Write out, word for word, every line in the data below from the one containing "v -7.658 -3.688 0" to the one containing "v 4.25 -7.361 0", both of them included.

■ Exercise data ■
"""

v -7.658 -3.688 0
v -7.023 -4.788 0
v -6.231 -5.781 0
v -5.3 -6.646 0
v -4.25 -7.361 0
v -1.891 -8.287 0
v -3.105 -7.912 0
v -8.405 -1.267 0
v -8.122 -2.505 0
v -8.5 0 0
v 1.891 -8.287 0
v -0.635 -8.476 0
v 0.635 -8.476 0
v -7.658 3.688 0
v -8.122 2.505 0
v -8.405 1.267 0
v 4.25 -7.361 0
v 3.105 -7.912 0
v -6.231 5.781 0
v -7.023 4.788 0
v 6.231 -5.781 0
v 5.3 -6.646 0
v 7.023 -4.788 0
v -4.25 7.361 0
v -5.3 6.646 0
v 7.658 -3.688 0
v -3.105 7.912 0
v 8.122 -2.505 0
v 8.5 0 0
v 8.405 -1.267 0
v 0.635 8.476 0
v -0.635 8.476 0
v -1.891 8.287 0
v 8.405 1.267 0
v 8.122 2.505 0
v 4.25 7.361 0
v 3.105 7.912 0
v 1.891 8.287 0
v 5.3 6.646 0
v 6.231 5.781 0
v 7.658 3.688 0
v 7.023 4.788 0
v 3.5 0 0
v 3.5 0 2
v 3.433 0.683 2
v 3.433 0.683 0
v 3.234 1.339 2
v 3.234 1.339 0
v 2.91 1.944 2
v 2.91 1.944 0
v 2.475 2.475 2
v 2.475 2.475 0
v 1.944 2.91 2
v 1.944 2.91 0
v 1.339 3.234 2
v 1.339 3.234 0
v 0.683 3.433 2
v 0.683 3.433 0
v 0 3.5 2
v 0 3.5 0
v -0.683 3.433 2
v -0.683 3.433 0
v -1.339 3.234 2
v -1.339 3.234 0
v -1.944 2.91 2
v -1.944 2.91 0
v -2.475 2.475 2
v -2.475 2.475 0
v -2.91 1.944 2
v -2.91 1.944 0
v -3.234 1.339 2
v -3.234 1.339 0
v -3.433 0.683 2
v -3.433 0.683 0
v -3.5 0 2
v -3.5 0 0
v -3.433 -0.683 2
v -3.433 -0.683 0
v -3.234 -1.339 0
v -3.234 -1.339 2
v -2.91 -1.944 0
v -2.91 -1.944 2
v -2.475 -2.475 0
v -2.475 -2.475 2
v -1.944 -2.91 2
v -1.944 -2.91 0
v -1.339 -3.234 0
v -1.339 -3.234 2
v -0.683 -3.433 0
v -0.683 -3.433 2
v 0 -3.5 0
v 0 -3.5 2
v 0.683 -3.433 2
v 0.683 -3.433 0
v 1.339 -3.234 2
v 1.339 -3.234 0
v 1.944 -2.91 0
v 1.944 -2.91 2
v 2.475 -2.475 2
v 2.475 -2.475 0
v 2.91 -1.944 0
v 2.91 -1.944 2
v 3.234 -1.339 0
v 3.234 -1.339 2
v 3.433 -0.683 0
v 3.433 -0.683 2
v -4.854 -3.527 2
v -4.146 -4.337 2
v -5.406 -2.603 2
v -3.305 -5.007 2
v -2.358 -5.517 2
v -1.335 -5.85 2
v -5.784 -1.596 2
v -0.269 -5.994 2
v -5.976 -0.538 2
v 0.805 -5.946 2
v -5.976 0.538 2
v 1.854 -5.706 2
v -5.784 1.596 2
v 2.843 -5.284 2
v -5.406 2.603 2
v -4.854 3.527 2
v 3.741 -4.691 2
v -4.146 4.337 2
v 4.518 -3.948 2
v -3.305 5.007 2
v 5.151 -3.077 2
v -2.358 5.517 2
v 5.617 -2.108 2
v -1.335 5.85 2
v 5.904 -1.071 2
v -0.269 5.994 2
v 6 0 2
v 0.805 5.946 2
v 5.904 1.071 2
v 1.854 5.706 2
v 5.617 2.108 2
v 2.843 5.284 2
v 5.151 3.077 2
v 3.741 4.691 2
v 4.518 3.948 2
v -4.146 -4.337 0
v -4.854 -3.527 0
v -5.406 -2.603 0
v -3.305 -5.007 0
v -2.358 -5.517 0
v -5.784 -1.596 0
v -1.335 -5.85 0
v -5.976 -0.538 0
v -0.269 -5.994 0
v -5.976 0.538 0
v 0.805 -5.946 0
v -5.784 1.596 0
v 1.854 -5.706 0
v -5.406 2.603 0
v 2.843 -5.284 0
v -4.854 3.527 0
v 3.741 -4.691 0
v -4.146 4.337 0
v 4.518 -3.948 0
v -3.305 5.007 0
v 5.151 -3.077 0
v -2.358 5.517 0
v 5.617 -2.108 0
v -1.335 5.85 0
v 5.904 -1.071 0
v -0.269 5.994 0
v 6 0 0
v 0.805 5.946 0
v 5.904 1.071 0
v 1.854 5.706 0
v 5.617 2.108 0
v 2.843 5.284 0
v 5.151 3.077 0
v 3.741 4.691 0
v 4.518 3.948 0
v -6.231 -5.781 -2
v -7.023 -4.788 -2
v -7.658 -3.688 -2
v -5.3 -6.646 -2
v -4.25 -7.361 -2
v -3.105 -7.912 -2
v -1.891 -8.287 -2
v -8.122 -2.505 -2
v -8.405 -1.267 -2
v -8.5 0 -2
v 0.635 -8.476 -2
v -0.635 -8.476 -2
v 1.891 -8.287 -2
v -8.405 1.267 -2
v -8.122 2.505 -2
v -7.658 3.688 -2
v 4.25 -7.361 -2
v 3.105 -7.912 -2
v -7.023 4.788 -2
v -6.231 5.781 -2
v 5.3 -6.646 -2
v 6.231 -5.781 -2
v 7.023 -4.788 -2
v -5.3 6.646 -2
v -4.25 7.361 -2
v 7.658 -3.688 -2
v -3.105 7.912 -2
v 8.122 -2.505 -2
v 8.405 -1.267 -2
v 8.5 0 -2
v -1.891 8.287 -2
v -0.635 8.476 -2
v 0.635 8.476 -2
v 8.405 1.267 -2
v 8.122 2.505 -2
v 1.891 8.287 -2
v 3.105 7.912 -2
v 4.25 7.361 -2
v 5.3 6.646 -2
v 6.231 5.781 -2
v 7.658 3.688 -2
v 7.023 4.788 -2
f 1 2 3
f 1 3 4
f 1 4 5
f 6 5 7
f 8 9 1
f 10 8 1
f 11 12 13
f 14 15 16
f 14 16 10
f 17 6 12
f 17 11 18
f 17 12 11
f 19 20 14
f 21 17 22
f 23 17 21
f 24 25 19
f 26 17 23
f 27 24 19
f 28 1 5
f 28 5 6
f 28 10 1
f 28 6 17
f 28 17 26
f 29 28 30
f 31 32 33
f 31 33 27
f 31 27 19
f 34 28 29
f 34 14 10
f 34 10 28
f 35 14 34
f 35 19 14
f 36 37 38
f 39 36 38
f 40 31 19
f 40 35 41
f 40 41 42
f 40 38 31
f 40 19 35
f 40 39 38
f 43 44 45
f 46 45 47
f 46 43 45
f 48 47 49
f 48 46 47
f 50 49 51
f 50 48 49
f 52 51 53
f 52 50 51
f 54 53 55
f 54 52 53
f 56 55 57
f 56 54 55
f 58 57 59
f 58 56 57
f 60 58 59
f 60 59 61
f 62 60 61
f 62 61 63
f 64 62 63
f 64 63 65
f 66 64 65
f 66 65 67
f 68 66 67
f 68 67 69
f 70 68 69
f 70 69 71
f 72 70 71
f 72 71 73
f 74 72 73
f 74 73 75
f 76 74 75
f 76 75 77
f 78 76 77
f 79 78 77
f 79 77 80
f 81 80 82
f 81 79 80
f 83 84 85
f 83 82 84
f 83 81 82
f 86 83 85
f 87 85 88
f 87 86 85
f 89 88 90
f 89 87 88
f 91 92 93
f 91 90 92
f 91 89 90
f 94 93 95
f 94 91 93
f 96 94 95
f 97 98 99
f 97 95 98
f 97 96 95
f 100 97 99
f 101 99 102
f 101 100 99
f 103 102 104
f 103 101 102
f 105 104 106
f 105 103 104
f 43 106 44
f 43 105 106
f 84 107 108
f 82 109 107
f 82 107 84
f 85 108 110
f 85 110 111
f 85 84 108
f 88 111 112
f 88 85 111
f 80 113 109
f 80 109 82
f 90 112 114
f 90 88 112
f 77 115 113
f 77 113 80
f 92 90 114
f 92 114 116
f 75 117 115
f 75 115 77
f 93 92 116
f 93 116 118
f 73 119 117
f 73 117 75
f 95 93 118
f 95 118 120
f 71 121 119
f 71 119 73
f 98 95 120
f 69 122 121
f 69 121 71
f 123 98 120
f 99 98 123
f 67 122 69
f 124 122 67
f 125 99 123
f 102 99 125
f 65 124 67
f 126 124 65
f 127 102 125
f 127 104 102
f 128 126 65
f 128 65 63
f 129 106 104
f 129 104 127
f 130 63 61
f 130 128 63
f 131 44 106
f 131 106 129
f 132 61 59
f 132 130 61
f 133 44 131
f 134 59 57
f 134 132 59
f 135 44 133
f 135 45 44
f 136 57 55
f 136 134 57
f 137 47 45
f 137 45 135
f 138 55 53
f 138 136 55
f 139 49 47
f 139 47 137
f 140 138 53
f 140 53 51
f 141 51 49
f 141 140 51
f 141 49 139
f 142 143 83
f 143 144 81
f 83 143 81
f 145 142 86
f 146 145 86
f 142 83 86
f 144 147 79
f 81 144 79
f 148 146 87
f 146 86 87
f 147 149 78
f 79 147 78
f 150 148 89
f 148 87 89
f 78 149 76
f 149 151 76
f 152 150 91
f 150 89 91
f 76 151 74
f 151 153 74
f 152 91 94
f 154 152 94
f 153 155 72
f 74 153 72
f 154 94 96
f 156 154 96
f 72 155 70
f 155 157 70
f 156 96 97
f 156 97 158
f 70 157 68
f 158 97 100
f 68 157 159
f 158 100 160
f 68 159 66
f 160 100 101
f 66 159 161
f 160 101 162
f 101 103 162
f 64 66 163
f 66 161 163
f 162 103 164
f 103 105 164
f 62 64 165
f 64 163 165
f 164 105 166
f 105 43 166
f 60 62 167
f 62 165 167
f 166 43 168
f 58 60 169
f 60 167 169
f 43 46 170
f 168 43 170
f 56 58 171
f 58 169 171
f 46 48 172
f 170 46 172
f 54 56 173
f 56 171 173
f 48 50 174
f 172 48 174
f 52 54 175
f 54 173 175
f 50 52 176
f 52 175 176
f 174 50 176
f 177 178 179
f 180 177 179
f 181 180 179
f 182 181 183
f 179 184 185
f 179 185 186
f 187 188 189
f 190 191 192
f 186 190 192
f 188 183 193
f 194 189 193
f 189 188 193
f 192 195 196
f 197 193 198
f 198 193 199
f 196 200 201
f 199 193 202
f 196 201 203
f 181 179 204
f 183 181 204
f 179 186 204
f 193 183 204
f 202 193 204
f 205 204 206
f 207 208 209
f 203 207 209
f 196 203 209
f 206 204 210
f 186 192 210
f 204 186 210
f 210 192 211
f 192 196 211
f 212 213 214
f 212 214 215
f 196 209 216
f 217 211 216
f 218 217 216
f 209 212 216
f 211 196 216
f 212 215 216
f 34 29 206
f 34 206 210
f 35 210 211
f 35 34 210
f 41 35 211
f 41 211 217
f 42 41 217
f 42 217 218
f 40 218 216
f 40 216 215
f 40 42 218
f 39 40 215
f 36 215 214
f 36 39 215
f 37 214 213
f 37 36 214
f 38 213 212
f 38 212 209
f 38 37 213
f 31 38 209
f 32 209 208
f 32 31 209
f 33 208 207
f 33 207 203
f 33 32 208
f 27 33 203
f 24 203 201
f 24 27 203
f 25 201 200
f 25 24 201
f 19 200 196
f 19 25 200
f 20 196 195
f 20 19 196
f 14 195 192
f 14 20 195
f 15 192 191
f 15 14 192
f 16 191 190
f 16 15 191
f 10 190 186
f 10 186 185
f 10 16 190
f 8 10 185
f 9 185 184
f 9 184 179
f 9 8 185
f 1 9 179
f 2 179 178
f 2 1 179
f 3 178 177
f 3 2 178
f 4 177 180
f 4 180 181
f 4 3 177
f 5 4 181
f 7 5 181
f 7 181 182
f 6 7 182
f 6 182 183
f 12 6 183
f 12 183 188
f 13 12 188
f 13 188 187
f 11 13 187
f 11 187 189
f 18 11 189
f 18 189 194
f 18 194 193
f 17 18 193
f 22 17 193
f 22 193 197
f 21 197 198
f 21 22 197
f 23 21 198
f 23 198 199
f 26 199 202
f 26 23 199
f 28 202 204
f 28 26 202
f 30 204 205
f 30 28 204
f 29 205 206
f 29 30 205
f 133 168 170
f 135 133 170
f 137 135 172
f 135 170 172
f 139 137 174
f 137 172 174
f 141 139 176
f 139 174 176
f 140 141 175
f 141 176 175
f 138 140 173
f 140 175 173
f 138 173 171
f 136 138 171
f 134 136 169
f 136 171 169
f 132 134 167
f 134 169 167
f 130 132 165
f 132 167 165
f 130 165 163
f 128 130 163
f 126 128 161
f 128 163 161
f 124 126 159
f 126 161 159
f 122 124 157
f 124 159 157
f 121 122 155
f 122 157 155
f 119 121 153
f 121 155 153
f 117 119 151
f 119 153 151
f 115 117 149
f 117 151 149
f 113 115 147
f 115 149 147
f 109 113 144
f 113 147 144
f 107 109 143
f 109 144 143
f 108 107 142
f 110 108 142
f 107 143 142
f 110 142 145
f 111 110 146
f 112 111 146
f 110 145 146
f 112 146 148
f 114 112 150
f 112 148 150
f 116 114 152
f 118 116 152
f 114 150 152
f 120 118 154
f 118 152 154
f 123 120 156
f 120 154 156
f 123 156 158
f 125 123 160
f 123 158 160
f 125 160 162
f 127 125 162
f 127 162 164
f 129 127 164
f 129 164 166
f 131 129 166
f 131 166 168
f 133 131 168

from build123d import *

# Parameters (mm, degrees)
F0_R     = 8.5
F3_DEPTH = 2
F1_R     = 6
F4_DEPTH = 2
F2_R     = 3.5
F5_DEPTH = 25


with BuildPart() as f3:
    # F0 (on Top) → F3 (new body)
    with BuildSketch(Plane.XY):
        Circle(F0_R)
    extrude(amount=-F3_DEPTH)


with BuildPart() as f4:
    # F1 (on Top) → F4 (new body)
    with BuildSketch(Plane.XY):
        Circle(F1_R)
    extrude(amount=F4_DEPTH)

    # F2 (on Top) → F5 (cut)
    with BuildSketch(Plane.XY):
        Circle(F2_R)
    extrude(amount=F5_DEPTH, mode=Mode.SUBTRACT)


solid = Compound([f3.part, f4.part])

"""
"""

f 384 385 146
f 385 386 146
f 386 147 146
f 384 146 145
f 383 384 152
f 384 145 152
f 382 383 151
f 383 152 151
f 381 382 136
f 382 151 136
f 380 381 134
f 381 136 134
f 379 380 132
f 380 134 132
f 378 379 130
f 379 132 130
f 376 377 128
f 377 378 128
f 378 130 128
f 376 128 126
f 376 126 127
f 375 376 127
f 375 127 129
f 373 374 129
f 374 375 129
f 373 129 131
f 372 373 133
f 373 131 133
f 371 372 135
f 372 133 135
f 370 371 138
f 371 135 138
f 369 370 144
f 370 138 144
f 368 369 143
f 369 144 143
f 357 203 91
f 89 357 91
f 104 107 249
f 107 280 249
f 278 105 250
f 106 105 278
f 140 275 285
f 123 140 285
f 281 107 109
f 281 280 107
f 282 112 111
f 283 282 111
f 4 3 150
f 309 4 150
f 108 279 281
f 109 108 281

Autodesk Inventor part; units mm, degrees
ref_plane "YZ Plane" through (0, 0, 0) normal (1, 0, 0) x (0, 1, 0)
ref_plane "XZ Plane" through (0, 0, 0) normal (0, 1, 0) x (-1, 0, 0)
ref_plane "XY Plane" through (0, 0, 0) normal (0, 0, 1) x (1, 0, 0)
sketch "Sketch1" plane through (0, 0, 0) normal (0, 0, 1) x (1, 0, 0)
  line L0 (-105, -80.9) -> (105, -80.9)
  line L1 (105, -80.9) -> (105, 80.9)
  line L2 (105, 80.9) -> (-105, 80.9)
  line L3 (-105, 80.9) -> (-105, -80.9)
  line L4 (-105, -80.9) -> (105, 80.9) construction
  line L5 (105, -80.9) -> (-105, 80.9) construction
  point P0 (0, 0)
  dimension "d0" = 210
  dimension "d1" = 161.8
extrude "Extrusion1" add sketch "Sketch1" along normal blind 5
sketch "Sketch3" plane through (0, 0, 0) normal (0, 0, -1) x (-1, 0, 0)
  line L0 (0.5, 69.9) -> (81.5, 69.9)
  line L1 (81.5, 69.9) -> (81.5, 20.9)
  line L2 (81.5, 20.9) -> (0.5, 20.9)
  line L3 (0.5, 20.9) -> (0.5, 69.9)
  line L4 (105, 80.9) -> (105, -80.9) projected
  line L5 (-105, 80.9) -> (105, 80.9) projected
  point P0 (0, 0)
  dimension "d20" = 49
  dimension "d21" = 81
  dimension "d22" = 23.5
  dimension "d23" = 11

"""

■ Task response ■
v -7.658 -3.688 0
v -7.023 -4.788 0
v -6.231 -5.781 0
v -5.3 -6.646 0
v -4.25 -7.361 0
v -1.891 -8.287 0
v -3.105 -7.912 0
v -8.405 -1.267 0
v -8.122 -2.505 0
v -8.5 0 0
v 1.891 -8.287 0
v -0.635 -8.476 0
v 0.635 -8.476 0
v -7.658 3.688 0
v -8.122 2.505 0
v -8.405 1.267 0
v 4.25 -7.361 0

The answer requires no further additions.